# [GOAL OF THE EXERCISE]
Word for word, restate the lines from the start of the data down to the line with "v -16.561 22.5 52.561", both included.

# [DATASET EXTRACT]
§ §

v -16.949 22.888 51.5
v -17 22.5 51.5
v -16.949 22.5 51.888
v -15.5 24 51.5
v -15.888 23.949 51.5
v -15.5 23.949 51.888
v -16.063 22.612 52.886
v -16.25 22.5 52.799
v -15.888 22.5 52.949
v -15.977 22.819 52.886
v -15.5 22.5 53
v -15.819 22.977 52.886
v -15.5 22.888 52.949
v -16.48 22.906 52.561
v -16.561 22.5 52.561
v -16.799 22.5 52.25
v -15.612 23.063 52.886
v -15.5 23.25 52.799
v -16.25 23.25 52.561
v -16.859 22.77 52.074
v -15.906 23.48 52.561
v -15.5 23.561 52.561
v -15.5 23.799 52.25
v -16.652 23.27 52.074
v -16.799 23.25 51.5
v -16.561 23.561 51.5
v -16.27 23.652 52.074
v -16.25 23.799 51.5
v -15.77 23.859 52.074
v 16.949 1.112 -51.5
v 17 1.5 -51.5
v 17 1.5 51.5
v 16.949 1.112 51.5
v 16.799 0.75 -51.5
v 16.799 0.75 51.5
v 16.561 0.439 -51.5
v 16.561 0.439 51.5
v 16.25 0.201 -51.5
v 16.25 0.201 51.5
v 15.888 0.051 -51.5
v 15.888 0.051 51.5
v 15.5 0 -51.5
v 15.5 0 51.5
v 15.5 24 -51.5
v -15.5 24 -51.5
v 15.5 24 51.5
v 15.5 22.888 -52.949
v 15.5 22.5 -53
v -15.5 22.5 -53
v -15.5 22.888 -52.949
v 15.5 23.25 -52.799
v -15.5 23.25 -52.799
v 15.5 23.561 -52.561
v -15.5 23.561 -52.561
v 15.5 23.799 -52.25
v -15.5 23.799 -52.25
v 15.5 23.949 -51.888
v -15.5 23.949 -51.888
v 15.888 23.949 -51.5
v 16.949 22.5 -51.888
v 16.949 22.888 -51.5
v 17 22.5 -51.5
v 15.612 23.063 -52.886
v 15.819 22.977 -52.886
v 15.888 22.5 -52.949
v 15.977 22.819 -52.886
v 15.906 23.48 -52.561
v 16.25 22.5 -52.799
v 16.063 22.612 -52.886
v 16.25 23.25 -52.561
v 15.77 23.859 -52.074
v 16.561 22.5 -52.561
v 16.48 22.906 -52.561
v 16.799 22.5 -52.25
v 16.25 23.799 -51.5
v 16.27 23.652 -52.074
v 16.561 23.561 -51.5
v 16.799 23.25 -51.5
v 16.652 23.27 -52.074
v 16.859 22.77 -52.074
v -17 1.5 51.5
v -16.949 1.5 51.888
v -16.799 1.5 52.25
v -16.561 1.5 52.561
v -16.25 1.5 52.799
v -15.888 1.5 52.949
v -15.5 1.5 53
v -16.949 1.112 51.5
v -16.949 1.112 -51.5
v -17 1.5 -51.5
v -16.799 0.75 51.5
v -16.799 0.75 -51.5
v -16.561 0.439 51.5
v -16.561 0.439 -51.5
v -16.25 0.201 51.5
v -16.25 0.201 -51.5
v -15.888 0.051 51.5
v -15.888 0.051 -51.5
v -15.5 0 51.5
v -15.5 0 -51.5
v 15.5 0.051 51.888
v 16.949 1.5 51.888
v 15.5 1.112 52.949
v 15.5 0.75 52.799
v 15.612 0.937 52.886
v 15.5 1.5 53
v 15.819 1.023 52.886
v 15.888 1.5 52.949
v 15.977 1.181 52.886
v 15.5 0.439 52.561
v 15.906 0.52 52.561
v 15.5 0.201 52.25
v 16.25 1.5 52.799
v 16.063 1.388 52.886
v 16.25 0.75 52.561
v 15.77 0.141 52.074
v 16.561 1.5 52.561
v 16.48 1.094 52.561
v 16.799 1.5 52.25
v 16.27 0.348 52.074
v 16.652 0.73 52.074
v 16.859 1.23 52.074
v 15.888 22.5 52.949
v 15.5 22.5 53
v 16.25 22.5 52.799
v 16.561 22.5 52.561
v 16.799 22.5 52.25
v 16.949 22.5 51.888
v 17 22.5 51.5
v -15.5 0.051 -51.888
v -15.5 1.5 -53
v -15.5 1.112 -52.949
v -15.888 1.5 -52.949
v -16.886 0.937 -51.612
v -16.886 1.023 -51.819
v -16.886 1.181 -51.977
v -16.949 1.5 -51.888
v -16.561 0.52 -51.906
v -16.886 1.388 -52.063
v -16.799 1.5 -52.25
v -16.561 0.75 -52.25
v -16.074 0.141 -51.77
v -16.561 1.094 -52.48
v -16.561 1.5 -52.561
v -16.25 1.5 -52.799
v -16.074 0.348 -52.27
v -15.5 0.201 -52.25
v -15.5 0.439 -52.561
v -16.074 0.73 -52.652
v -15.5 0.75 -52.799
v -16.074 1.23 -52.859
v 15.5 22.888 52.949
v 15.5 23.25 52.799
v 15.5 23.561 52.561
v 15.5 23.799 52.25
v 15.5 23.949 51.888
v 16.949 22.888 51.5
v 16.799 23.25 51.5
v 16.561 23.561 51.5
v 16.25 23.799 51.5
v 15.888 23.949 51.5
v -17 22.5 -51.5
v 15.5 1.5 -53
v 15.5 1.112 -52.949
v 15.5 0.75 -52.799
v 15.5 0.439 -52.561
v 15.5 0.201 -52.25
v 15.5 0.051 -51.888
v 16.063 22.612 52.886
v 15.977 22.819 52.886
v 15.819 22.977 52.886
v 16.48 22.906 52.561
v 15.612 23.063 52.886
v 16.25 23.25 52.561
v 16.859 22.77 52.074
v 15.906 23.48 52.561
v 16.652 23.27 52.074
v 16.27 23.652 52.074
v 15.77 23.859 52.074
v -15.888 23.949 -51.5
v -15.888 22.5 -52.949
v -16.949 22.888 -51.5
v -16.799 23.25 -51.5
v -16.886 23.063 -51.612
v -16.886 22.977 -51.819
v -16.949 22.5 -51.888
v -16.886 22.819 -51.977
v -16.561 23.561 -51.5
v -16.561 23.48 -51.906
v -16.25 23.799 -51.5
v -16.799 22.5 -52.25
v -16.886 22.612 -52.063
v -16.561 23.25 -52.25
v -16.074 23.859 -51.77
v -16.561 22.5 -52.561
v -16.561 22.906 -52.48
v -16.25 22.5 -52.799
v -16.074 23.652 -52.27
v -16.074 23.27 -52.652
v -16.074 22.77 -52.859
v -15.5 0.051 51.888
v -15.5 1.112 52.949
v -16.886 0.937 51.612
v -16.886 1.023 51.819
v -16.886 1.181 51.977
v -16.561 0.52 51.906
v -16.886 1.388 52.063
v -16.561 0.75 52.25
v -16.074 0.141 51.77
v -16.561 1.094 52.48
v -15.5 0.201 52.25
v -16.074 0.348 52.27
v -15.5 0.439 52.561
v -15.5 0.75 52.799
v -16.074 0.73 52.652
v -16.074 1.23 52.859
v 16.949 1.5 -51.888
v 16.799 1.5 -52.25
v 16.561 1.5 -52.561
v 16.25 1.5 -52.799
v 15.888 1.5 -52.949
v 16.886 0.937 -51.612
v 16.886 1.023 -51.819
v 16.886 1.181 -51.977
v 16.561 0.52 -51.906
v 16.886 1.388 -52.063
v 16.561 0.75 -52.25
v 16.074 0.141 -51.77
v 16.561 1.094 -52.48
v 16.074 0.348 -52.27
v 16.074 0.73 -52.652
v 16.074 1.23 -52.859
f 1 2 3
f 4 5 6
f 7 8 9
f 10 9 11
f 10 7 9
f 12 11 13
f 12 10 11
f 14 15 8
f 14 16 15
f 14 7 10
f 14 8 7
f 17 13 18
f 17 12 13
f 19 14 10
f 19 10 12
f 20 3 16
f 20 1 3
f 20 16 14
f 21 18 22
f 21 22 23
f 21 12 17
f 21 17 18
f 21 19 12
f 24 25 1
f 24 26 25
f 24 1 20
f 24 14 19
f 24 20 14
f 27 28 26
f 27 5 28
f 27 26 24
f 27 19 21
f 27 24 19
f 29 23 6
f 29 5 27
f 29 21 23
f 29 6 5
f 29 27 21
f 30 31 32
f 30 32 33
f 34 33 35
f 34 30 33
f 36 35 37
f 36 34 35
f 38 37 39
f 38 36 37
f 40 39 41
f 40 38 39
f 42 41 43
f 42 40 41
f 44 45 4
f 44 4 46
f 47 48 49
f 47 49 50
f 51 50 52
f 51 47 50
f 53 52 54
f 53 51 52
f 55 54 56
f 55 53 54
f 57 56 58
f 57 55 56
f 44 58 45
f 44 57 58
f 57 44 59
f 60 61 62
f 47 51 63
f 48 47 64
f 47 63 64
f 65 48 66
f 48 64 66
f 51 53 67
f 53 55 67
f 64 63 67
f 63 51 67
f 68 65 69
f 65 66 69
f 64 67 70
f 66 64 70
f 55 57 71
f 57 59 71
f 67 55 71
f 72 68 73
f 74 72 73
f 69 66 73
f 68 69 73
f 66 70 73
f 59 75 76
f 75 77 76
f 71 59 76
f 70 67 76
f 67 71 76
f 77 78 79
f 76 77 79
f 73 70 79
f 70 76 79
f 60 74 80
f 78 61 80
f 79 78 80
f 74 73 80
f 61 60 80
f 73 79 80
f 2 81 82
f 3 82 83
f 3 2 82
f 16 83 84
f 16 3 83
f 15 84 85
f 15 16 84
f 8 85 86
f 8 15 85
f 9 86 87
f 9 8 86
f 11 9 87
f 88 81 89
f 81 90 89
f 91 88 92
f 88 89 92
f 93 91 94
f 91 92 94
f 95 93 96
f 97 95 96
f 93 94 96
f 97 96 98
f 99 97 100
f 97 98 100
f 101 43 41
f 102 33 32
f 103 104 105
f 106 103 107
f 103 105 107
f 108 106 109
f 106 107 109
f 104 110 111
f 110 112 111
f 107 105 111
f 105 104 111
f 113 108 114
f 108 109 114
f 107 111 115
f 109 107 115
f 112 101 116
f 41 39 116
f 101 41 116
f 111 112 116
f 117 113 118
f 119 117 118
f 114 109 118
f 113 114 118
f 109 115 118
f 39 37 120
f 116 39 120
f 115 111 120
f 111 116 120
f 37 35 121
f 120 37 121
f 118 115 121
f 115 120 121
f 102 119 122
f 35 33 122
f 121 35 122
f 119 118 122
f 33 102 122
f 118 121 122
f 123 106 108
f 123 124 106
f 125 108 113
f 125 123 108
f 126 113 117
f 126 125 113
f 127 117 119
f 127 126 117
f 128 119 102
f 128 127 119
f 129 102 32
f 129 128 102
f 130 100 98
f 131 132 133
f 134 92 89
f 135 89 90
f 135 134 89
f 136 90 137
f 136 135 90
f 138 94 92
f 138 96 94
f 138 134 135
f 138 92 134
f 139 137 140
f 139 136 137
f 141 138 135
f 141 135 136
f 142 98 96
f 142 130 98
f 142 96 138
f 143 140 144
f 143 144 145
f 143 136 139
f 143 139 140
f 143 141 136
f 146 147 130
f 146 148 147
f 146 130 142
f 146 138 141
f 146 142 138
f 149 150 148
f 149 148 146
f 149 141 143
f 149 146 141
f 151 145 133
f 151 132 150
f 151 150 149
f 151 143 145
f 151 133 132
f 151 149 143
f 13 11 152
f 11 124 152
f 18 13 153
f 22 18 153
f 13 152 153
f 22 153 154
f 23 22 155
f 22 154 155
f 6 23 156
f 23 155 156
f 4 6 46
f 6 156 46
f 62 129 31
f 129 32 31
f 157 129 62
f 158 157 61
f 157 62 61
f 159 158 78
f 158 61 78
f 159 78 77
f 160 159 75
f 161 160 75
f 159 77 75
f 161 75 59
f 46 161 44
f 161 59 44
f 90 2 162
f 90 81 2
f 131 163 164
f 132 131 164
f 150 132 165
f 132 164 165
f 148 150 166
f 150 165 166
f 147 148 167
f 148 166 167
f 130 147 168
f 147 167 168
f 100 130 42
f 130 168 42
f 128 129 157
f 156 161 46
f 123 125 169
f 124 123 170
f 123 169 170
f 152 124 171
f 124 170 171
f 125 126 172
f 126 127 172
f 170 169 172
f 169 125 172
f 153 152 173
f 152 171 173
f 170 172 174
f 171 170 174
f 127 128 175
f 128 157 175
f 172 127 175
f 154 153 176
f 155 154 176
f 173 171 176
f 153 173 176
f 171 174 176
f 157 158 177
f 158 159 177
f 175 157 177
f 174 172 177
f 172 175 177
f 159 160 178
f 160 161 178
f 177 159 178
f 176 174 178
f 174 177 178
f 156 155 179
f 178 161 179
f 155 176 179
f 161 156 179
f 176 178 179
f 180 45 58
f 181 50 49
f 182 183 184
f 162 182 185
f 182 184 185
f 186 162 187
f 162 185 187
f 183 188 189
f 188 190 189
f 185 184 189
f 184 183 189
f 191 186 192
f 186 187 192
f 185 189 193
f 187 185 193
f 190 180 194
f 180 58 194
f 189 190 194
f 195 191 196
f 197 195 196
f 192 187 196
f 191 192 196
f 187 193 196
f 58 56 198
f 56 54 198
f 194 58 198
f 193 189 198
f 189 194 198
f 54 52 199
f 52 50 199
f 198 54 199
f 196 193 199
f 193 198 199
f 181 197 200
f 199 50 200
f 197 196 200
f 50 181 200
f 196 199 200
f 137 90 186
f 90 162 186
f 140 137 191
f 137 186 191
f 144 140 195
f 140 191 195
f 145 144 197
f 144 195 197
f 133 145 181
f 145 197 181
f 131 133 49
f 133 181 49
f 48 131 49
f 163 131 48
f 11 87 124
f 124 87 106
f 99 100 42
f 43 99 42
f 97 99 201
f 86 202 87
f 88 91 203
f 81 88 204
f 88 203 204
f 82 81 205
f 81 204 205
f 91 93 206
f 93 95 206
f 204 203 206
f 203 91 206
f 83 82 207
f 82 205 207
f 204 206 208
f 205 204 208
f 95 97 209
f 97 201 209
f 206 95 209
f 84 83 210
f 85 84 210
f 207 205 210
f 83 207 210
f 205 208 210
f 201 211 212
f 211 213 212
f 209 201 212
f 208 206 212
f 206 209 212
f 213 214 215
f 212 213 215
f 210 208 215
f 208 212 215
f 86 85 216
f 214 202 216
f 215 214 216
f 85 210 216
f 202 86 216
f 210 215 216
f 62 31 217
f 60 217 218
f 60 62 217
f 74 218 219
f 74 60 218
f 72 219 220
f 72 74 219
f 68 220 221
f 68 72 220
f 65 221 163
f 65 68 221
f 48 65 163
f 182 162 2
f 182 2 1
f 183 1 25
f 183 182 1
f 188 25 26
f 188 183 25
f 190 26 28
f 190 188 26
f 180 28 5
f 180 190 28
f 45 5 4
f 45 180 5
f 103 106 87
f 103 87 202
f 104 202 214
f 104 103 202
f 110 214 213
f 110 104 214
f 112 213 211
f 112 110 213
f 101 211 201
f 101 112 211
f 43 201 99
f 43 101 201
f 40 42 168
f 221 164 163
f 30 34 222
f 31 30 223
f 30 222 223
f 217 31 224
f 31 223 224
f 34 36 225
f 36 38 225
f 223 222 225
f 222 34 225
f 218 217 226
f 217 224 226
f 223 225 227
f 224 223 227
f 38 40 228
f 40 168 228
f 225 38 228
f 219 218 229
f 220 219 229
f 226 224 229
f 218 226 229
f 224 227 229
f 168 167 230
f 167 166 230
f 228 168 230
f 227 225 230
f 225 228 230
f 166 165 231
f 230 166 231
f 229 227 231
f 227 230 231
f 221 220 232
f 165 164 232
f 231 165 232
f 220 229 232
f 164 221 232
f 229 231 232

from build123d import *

# Parameters (mm, degrees)
CROQUIS1_W              = 34
CROQUIS1_H              = 106
SALIENTE_EXTRUIR1_DEPTH = 24
REDONDEO1_R             = 1.5


with BuildPart() as part:
    # Croquis1 → Saliente-Extruir1 (new body)
    with BuildSketch(Plane(origin=(0, 0, 0), x_dir=(1, 0, 0), z_dir=(0, 1, 0))):
        Rectangle(CROQUIS1_W, CROQUIS1_H)
    extrude(amount=SALIENTE_EXTRUIR1_DEPTH)

    # Redondeo1
    redondeo1_edges = [part.edges().sort_by_distance(p)[0] for p in [
        (17, 24, 0),
        (0, 24, -53),
        (-17, 24, 0),
        (0, 0, -53),
        (17, 0, 0),
        (0, 0, 53),
        (-17, 0, 0),
        (-17, 12, -53),
        (17, 12, -53),
        (17, 12, 53),
        (-17, 12, 53),
        (0, 24, 53),
    ]]
    fillet(redondeo1_edges, radius=REDONDEO1_R)


solid = part.part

§ §

# [EXPECTED ANSWER]
v -16.949 22.888 51.5
v -17 22.5 51.5
v -16.949 22.5 51.888
v -15.5 24 51.5
v -15.888 23.949 51.5
v -15.5 23.949 51.888
v -16.063 22.612 52.886
v -16.25 22.5 52.799
v -15.888 22.5 52.949
v -15.977 22.819 52.886
v -15.5 22.5 53
v -15.819 22.977 52.886
v -15.5 22.888 52.949
v -16.48 22.906 52.561
v -16.561 22.5 52.561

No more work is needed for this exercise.